Reinicke, who had been promoted to Kapitänleutnant (Captain Lieutenant) on 1 June 1934, was given command of the torpedo boat Möwe in the 4th Torpedoboat-Demi-Flotilla on 29 September. He commanded Möwe until September 1936. During this command, the Reichsmarine was renamed the Kriegsmarine and the Demi-Flotilla was renamed to 4th Torpedoboat-Flotilla, effective as of 1 October 1935.
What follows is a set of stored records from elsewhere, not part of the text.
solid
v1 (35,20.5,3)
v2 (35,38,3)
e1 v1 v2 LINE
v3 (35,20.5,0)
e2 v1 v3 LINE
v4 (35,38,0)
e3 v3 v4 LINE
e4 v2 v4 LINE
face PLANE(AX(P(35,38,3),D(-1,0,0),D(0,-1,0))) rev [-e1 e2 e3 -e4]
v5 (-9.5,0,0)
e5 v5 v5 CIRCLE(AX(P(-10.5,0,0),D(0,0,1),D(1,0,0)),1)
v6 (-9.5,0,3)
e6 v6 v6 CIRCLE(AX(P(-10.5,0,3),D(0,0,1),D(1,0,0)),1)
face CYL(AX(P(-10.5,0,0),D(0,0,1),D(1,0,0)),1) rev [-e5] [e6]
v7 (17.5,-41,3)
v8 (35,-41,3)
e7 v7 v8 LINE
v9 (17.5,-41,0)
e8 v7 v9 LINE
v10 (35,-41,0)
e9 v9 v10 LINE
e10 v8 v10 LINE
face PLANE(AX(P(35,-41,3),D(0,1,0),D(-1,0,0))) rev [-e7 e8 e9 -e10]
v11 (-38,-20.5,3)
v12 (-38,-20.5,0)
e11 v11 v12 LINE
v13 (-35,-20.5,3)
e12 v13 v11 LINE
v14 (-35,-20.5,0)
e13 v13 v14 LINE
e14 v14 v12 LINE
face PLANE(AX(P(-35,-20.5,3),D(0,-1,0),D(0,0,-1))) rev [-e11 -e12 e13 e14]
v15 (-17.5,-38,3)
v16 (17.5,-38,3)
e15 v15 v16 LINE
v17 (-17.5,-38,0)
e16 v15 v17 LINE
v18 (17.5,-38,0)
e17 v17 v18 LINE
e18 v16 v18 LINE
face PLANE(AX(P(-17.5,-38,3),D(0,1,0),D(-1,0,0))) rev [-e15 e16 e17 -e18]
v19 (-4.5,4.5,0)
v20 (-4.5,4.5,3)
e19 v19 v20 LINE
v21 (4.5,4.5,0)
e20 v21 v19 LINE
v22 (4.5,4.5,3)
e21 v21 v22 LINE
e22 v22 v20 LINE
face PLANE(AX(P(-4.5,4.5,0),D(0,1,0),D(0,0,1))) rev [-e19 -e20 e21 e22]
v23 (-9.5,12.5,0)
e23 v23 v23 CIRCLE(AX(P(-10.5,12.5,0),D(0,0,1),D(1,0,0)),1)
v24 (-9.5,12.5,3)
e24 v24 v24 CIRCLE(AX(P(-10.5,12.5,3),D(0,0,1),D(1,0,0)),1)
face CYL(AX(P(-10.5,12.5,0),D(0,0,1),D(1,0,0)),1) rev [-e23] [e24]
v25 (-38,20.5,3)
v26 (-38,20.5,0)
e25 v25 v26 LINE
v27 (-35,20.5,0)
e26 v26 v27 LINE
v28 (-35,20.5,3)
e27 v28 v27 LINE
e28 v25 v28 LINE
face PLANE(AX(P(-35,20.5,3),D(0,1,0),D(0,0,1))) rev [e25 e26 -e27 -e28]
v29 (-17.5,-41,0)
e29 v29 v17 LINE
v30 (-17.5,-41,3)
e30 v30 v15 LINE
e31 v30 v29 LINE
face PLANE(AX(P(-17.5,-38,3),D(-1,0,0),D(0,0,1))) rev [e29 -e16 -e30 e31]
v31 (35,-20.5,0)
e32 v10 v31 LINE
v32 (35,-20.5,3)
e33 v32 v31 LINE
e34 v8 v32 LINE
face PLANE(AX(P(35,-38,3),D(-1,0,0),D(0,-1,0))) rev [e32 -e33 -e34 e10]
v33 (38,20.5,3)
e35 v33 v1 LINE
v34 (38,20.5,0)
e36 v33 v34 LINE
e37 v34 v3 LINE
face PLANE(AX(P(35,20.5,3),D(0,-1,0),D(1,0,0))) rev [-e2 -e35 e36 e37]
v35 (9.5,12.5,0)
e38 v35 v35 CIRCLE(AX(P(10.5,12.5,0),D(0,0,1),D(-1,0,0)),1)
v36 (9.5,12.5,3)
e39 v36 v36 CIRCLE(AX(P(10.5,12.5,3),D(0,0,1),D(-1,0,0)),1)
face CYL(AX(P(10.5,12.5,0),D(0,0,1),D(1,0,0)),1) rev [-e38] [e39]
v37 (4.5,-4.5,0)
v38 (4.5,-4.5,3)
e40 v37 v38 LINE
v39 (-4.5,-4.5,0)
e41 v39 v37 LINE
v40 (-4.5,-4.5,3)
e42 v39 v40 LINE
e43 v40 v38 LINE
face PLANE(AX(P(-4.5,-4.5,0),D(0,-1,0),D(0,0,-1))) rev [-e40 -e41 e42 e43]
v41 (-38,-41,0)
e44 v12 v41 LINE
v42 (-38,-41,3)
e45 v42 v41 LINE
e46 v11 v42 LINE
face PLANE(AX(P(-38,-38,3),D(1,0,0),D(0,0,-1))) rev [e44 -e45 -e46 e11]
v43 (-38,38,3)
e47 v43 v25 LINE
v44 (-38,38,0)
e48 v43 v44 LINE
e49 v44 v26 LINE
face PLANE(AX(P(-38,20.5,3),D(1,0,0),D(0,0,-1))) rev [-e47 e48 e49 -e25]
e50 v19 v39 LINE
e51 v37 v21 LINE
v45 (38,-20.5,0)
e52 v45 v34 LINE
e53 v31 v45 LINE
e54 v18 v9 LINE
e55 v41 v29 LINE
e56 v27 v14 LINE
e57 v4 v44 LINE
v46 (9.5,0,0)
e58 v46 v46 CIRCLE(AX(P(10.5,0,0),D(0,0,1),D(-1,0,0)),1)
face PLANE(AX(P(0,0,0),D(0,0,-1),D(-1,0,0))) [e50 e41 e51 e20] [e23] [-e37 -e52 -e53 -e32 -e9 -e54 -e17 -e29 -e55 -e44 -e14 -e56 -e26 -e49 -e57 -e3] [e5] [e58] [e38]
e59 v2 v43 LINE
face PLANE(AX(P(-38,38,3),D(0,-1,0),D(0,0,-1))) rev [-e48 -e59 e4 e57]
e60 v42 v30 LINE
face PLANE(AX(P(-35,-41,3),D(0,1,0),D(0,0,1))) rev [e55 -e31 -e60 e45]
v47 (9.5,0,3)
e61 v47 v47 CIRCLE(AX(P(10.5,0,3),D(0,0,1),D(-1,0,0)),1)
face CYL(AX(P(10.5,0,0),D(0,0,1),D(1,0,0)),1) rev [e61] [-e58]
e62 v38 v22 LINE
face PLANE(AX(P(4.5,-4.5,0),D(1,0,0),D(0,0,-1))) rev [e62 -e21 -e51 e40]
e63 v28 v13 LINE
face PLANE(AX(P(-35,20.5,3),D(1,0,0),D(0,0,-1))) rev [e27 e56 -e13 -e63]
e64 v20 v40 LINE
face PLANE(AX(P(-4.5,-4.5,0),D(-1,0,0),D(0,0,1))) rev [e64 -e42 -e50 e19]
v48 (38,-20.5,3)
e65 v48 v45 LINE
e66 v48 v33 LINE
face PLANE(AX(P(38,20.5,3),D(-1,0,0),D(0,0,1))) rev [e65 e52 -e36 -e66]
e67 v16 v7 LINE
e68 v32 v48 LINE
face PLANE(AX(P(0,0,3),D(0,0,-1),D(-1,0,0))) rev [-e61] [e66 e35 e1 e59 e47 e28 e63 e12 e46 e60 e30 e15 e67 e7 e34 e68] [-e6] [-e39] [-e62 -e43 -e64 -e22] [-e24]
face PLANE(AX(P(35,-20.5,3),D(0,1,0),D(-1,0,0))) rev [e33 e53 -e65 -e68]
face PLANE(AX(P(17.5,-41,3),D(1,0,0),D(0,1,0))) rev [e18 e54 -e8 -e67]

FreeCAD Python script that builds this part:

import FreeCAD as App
import Part
import Sketcher
Q = App.Units.Quantity

doc = App.newDocument("Part")
body = doc.addObject("PartDesign::Body", "Body")

# Sketch on XY plane
sketch1 = body.newObject("Sketcher::SketchObject", "Sketch")
sketch1.AttachmentSupport = (doc.getObject("XY_Plane"), [""])
sketch1.MapMode = "FlatFace"
sketch1.addGeometry(Part.LineSegment(App.Vector(35, 38, 0), App.Vector(-38, 38, 0)), False)
sketch1.addGeometry(Part.LineSegment(App.Vector(-38, 38, 0), App.Vector(-38, 20.5, 0)), False)
sketch1.addGeometry(Part.LineSegment(App.Vector(-38, 20.5, 0), App.Vector(-35, 20.5, 0)), False)
sketch1.addGeometry(Part.LineSegment(App.Vector(-35, 20.5, 0), App.Vector(-35, -20.5, 0)), False)
sketch1.addGeometry(Part.LineSegment(App.Vector(-35, -20.5, 0), App.Vector(-38, -20.5, 0)), False)
sketch1.addGeometry(Part.LineSegment(App.Vector(-38, -20.5, 0), App.Vector(-38, -41, 0)), False)
sketch1.addGeometry(Part.LineSegment(App.Vector(-38, -41, 0), App.Vector(-17.5, -41, 0)), False)
sketch1.addGeometry(Part.LineSegment(App.Vector(-17.5, -41, 0), App.Vector(-17.5, -38, 0)), False)
sketch1.addGeometry(Part.LineSegment(App.Vector(-17.5, -38, 0), App.Vector(17.5, -38, 0)), False)
sketch1.addGeometry(Part.LineSegment(App.Vector(17.5, -38, 0), App.Vector(17.5, -41, 0)), False)
sketch1.addGeometry(Part.LineSegment(App.Vector(17.5, -41, 0), App.Vector(35, -41, 0)), False)
sketch1.addGeometry(Part.LineSegment(App.Vector(35, -41, 0), App.Vector(35, -20.5, 0)), False)
sketch1.addGeometry(Part.LineSegment(App.Vector(35, -20.5, 0), App.Vector(38, -20.5, 0)), False)
sketch1.addGeometry(Part.LineSegment(App.Vector(38, -20.5, 0), App.Vector(38, 20.5, 0)), False)
sketch1.addGeometry(Part.LineSegment(App.Vector(38, 20.5, 0), App.Vector(35, 20.5, 0)), False)
sketch1.addGeometry(Part.LineSegment(App.Vector(35, 20.5, 0), App.Vector(35, 38, 0)), False)
sketch1.addConstraint(Sketcher.Constraint("Coincident", 0, 2, 1, 1))
sketch1.addConstraint(Sketcher.Constraint("Coincident", 1, 2, 2, 1))
sketch1.addConstraint(Sketcher.Constraint("Coincident", 2, 2, 3, 1))
sketch1.addConstraint(Sketcher.Constraint("Coincident", 3, 2, 4, 1))
sketch1.addConstraint(Sketcher.Constraint("Coincident", 4, 2, 5, 1))
sketch1.addConstraint(Sketcher.Constraint("Coincident", 5, 2, 6, 1))
sketch1.addConstraint(Sketcher.Constraint("Coincident", 6, 2, 7, 1))
sketch1.addConstraint(Sketcher.Constraint("Coincident", 7, 2, 8, 1))
sketch1.addConstraint(Sketcher.Constraint("Coincident", 8, 2, 9, 1))
sketch1.addConstraint(Sketcher.Constraint("Coincident", 9, 2, 10, 1))
sketch1.addConstraint(Sketcher.Constraint("Coincident", 10, 2, 11, 1))
sketch1.addConstraint(Sketcher.Constraint("Coincident", 11, 2, 12, 1))
sketch1.addConstraint(Sketcher.Constraint("Coincident", 12, 2, 13, 1))
sketch1.addConstraint(Sketcher.Constraint("Coincident", 13, 2, 14, 1))
sketch1.addConstraint(Sketcher.Constraint("Coincident", 14, 2, 15, 1))
sketch1.addConstraint(Sketcher.Constraint("Coincident", 15, 2, 0, 1))
sketch1.addConstraint(Sketcher.Constraint("Horizontal", 0))
sketch1.addConstraint(Sketcher.Constraint("Vertical", 1))
sketch1.addConstraint(Sketcher.Constraint("Horizontal", 2))
sketch1.addConstraint(Sketcher.Constraint("Vertical", 3))
sketch1.addConstraint(Sketcher.Constraint("Horizontal", 4))
sketch1.addConstraint(Sketcher.Constraint("Vertical", 5))
sketch1.addConstraint(Sketcher.Constraint("Horizontal", 6))
sketch1.addConstraint(Sketcher.Constraint("Vertical", 7))
sketch1.addConstraint(Sketcher.Constraint("Horizontal", 8))
sketch1.addConstraint(Sketcher.Constraint("Vertical", 9))
sketch1.addConstraint(Sketcher.Constraint("Horizontal", 10))
sketch1.addConstraint(Sketcher.Constraint("Vertical", 11))
sketch1.addConstraint(Sketcher.Constraint("Horizontal", 12))
sketch1.addConstraint(Sketcher.Constraint("Vertical", 13))
sketch1.addConstraint(Sketcher.Constraint("Horizontal", 14))
sketch1.addConstraint(Sketcher.Constraint("Vertical", 15))
sketch1.addConstraint(Sketcher.Constraint("Symmetric", 2, 2, 11, 2, -1, 1))
sketch1.addConstraint(Sketcher.Constraint("Symmetric", 4, 2, 13, 2, -1, 1))
sketch1.addConstraint(Sketcher.Constraint("Symmetric", 6, 2, 9, 2, -2))
sketch1.addConstraint(Sketcher.Constraint("Symmetric", 1, 2, 13, 2, -2))
sketch1.addConstraint(Sketcher.Constraint("Vertical", 11, 2, 14, 2))
sketch1.addConstraint(Sketcher.Constraint("Equal", 10, 1))
sketch1.addConstraint(Sketcher.Constraint("Equal", 6, 5))
sketch1.addConstraint(Sketcher.Constraint("Equal", 14, 7))
sketch1.addConstraint(Sketcher.Constraint("DistanceX", 0, 2, 0, 1, Q("73 mm")))
sketch1.addConstraint(Sketcher.Constraint("DistanceX", 2, 1, 2, 2, Q("3 mm")))
sketch1.addConstraint(Sketcher.Constraint("DistanceX", 8, 1, 8, 2, Q("35 mm")))
sketch1.addConstraint(Sketcher.Constraint("DistanceY", 3, 2, 3, 1, Q("41 mm")))
pad1 = body.newObject("PartDesign::Pad", "Pad")
pad1.Profile = sketch1
pad1.Length = 3

# Sketch on XY plane
sketch2 = body.newObject("Sketcher::SketchObject", "Sketch001")
sketch2.AttachmentSupport = (doc.getObject("XY_Plane"), [""])
sketch2.MapMode = "FlatFace"
sketch2.AttachmentOffset = App.Placement(App.Vector(0, 0, 3), App.Rotation())
sketch2.addGeometry(Part.Circle(App.Vector(-10.5, 12.5, 0), App.Vector(0, 0, 1), 1), False)
sketch2.addGeometry(Part.Circle(App.Vector(-10.5, 0, 0), App.Vector(0, 0, 1), 1), False)
sketch2.addGeometry(Part.Circle(App.Vector(10.5, 12.5, 0), App.Vector(0, 0, 1), 1), False)
sketch2.addGeometry(Part.Circle(App.Vector(10.5, 0, 0), App.Vector(0, 0, 1), 1), False)
sketch2.addGeometry(Part.LineSegment(App.Vector(-4.5, 4.5, 0), App.Vector(-4.5, -4.5, 0)), False)
sketch2.addGeometry(Part.LineSegment(App.Vector(-4.5, -4.5, 0), App.Vector(4.5, -4.5, 0)), False)
sketch2.addGeometry(Part.LineSegment(App.Vector(4.5, -4.5, 0), App.Vector(4.5, 4.5, 0)), False)
sketch2.addGeometry(Part.LineSegment(App.Vector(4.5, 4.5, 0), App.Vector(-4.5, 4.5, 0)), False)
sketch2.addConstraint(Sketcher.Constraint("Coincident", 4, 2, 5, 1))
sketch2.addConstraint(Sketcher.Constraint("Coincident", 5, 2, 6, 1))
sketch2.addConstraint(Sketcher.Constraint("Coincident", 6, 2, 7, 1))
sketch2.addConstraint(Sketcher.Constraint("Coincident", 7, 2, 4, 1))
sketch2.addConstraint(Sketcher.Constraint("Vertical", 4))
sketch2.addConstraint(Sketcher.Constraint("Horizontal", 5))
sketch2.addConstraint(Sketcher.Constraint("Vertical", 6))
sketch2.addConstraint(Sketcher.Constraint("Horizontal", 7))
sketch2.addConstraint(Sketcher.Constraint("Equal", 0, 1))
sketch2.addConstraint(Sketcher.Constraint("Equal", 1, 2))
sketch2.addConstraint(Sketcher.Constraint("Equal", 2, 3))
sketch2.addConstraint(Sketcher.Constraint("Symmetric", 1, 3, 3, 3, -1, 1))
sketch2.addConstraint(Sketcher.Constraint("Symmetric", 4, 2, 6, 2, -1, 1))
sketch2.addConstraint(Sketcher.Constraint("Symmetric", 0, 3, 2, 3, -2))
sketch2.addConstraint(Sketcher.Constraint("PointOnObject", 1, 3, -1))
sketch2.addConstraint(Sketcher.Constraint("Vertical", 0, 3, 1, 3))
sketch2.addConstraint(Sketcher.Constraint("Equal", 7, 4))
sketch2.addConstraint(Sketcher.Constraint("Diameter", 0, Q("2 mm")))
sketch2.addConstraint(Sketcher.Constraint("DistanceX", 5, 1, 5, 2, Q("9 mm")))
sketch2.addConstraint(Sketcher.Constraint("DistanceX", 0, 3, 2, 3, Q("21 mm")))
sketch2.addConstraint(Sketcher.Constraint("DistanceY", 4, 2, 0, 3, Q("17 mm")))
pocket1 = body.newObject("PartDesign::Pocket", "Pocket")
pocket1.Profile = sketch2
pocket1.Length = 3

doc.recompute()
He participated in the Spanish Civil War on the cruiser Deutschland to which he was assigned on 20 October 1936. His role was 2. Admiralstabsoffizier (Asto—officer of the admiralty staff) with the Befehlshaber der deutschen Seestreitkräfte vor Spanien (Commander of the German naval forces against Spain), Admiral Rolf Carls, a position he held until 30 September 1937. He was then promoted to Korvettenkapitän (Corvette Captain) on 1 October 1937 and was sent to the Naval Academy as a teacher on 5 October 1937. Reinicke then boarded the aviso Grille, the official German State yacht, on 31 March 1938 for an admiralty cruise. On 9 April he was back at the Naval Academy of the Baltic and North Sea again, interrupted by a pathfinder training cruise on Grille (13–19 June 1938) in the North Sea.

Reinicke was posted to the Oberkommando der Kriegsmarine (Naval High Command) on 7 August 1938. Here he served with the 1. Seekriegsleitung (1. SKL—responsible for the coordination of the naval forces), as 3rd referent in the 1st department, and as Iop (operations officer) and Ia (officer of the admiral staff) in the operations department.

==World War II==
World War II in Europe began on Friday 1 September 1939 when German forces invaded Poland. One of his tasks at the Oberkommando der Kriegsmarine was to work on an operational plan for a potential amphibious landing of German forces in England dubbed Operation Sealion. On 15 November 1939 Großadmiral (Grand Admiral) Erich Raeder instructed his chief-of-staff Vizeadmiral (Vice Admiral) Otto Schniewind to conceive a plan. Together with Konteradmiral (Rear Admiral) Kurt Fricke they devised a concept which proposed a landing 100 km west of the Isle of Wight. Reinicke spent five days on this study and set forth the following prerequisites:
- Elimination or sealing off of Royal Navy forces from the landing and approach areas.
- Elimination of the Royal Air Force (RAF).
- Destruction of all Royal Navy units in the coastal zone.
- Prevention of British submarine action against the landing fleet.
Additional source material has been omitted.